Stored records
***
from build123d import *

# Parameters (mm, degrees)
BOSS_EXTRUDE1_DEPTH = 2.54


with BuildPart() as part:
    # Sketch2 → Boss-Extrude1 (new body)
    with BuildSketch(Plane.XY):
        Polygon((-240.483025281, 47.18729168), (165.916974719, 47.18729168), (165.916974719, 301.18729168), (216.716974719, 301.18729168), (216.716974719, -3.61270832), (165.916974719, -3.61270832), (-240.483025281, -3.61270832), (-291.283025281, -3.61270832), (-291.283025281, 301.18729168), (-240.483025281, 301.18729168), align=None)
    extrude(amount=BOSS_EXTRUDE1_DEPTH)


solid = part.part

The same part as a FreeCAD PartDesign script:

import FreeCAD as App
import Part
import Sketcher
from FreeCAD import Vector
Q = App.Units.Quantity

doc = App.newDocument("Part")
body = doc.addObject("PartDesign::Body", "Body")

# Sketch on XY plane
sketch1 = body.newObject("Sketcher::SketchObject", "Sketch")
sketch1.AttachmentSupport = (doc.getObject("XY_Plane"), [""])
sketch1.MapMode = "FlatFace"
sketch1.addGeometry([
    Part.LineSegment(Vector(165.916975, 47.187292, 0), Vector(-240.483025, 47.187292, 0)),  # 0
    Part.LineSegment(Vector(-240.483025, 47.187292, 0), Vector(-240.483025, 301.187292, 0)),  # 1
    Part.LineSegment(Vector(-240.483025, 301.187292, 0), Vector(-291.283025, 301.187292, 0)),  # 2
    Part.LineSegment(Vector(-291.283025, 301.187292, 0), Vector(-291.283025, -3.612708, 0)),  # 3
    Part.LineSegment(Vector(-291.283025, -3.612708, 0), Vector(216.716975, -3.612708, 0)),  # 4
    Part.LineSegment(Vector(216.716975, -3.612708, 0), Vector(216.716975, 301.187292, 0)),  # 5
    Part.LineSegment(Vector(216.716975, 301.187292, 0), Vector(165.916975, 301.187292, 0)),  # 6
    Part.LineSegment(Vector(165.916975, 301.187292, 0), Vector(165.916975, 47.187292, 0)),  # 7
], False)
sketch1.addConstraint([
    Sketcher.Constraint("Coincident", 0, 2, 1, 1),
    Sketcher.Constraint("Coincident", 1, 2, 2, 1),
    Sketcher.Constraint("Coincident", 2, 2, 3, 1),
    Sketcher.Constraint("Coincident", 3, 2, 4, 1),
    Sketcher.Constraint("Coincident", 4, 2, 5, 1),
    Sketcher.Constraint("Coincident", 5, 2, 6, 1),
    Sketcher.Constraint("Coincident", 6, 2, 7, 1),
    Sketcher.Constraint("Coincident", 7, 2, 0, 1),
    Sketcher.Constraint("Horizontal", 0),
    Sketcher.Constraint("Vertical", 1),
    Sketcher.Constraint("Horizontal", 2),
    Sketcher.Constraint("Vertical", 3),
    Sketcher.Constraint("Horizontal", 4),
    Sketcher.Constraint("Vertical", 5),
    Sketcher.Constraint("Horizontal", 6),
    Sketcher.Constraint("Vertical", 7),
    Sketcher.Constraint("Horizontal", 2, 2, 5, 2),
    Sketcher.Constraint("Equal", 2, 6),
    Sketcher.Constraint("DistanceX", 0, 2, 0, 1, Q("16 in")),
    Sketcher.Constraint("DistanceX", 2, 2, 2, 1, Q("2 in")),
    Sketcher.Constraint("DistanceY", 1, 1, 1, 2, Q("10 in")),
    Sketcher.Constraint("DistanceY", 3, 2, 3, 1, Q("12 in")),
    Sketcher.Constraint("DistanceY", -1, 1, 0, 2, 47.187292),
    Sketcher.Constraint("DistanceX", 0, 2, -1, 1, 240.483025),
])
pad1 = body.newObject("PartDesign::Pad", "Pad")
pad1.Profile = sketch1
pad1.Length = Q("0.1 in")

doc.recompute()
***
About this exercise => Output all of the records above exactly as they appear.

Result of the exercise =>
from build123d import *

# Parameters (mm, degrees)
BOSS_EXTRUDE1_DEPTH = 2.54


with BuildPart() as part:
    # Sketch2 → Boss-Extrude1 (new body)
    with BuildSketch(Plane.XY):
        Polygon((-240.483025281, 47.18729168), (165.916974719, 47.18729168), (165.916974719, 301.18729168), (216.716974719, 301.18729168), (216.716974719, -3.61270832), (165.916974719, -3.61270832), (-240.483025281, -3.61270832), (-291.283025281, -3.61270832), (-291.283025281, 301.18729168), (-240.483025281, 301.18729168), align=None)
    extrude(amount=BOSS_EXTRUDE1_DEPTH)


solid = part.part

The same part as a FreeCAD PartDesign script:

import FreeCAD as App
import Part
import Sketcher
from FreeCAD import Vector
Q = App.Units.Quantity

doc = App.newDocument("Part")
body = doc.addObject("PartDesign::Body", "Body")

# Sketch on XY plane
sketch1 = body.newObject("Sketcher::SketchObject", "Sketch")
sketch1.AttachmentSupport = (doc.getObject("XY_Plane"), [""])
sketch1.MapMode = "FlatFace"
sketch1.addGeometry([
    Part.LineSegment(Vector(165.916975, 47.187292, 0), Vector(-240.483025, 47.187292, 0)),  # 0
    Part.LineSegment(Vector(-240.483025, 47.187292, 0), Vector(-240.483025, 301.187292, 0)),  # 1
    Part.LineSegment(Vector(-240.483025, 301.187292, 0), Vector(-291.283025, 301.187292, 0)),  # 2
    Part.LineSegment(Vector(-291.283025, 301.187292, 0), Vector(-291.283025, -3.612708, 0)),  # 3
    Part.LineSegment(Vector(-291.283025, -3.612708, 0), Vector(216.716975, -3.612708, 0)),  # 4
    Part.LineSegment(Vector(216.716975, -3.612708, 0), Vector(216.716975, 301.187292, 0)),  # 5
    Part.LineSegment(Vector(216.716975, 301.187292, 0), Vector(165.916975, 301.187292, 0)),  # 6
    Part.LineSegment(Vector(165.916975, 301.187292, 0), Vector(165.916975, 47.187292, 0)),  # 7
], False)
sketch1.addConstraint([
    Sketcher.Constraint("Coincident", 0, 2, 1, 1),
    Sketcher.Constraint("Coincident", 1, 2, 2, 1),
    Sketcher.Constraint("Coincident", 2, 2, 3, 1),
    Sketcher.Constraint("Coincident", 3, 2, 4, 1),
    Sketcher.Constraint("Coincident", 4, 2, 5, 1),
    Sketcher.Constraint("Coincident", 5, 2, 6, 1),
    Sketcher.Constraint("Coincident", 6, 2, 7, 1),
    Sketcher.Constraint("Coincident", 7, 2, 0, 1),
    Sketcher.Constraint("Horizontal", 0),
    Sketcher.Constraint("Vertical", 1),
    Sketcher.Constraint("Horizontal", 2),
    Sketcher.Constraint("Vertical", 3),
    Sketcher.Constraint("Horizontal", 4),
    Sketcher.Constraint("Vertical", 5),
    Sketcher.Constraint("Horizontal", 6),
    Sketcher.Constraint("Vertical", 7),
    Sketcher.Constraint("Horizontal", 2, 2, 5, 2),
    Sketcher.Constraint("Equal", 2, 6),
    Sketcher.Constraint("DistanceX", 0, 2, 0, 1, Q("16 in")),
    Sketcher.Constraint("DistanceX", 2, 2, 2, 1, Q("2 in")),
    Sketcher.Constraint("DistanceY", 1, 1, 1, 2, Q("10 in")),
    Sketcher.Constraint("DistanceY", 3, 2, 3, 1, Q("12 in")),
    Sketcher.Constraint("DistanceY", -1, 1, 0, 2, 47.187292),
    Sketcher.Constraint("DistanceX", 0, 2, -1, 1, 240.483025),
])
pad1 = body.newObject("PartDesign::Pad", "Pad")
pad1.Profile = sketch1
pad1.Length = Q("0.1 in")

doc.recompute()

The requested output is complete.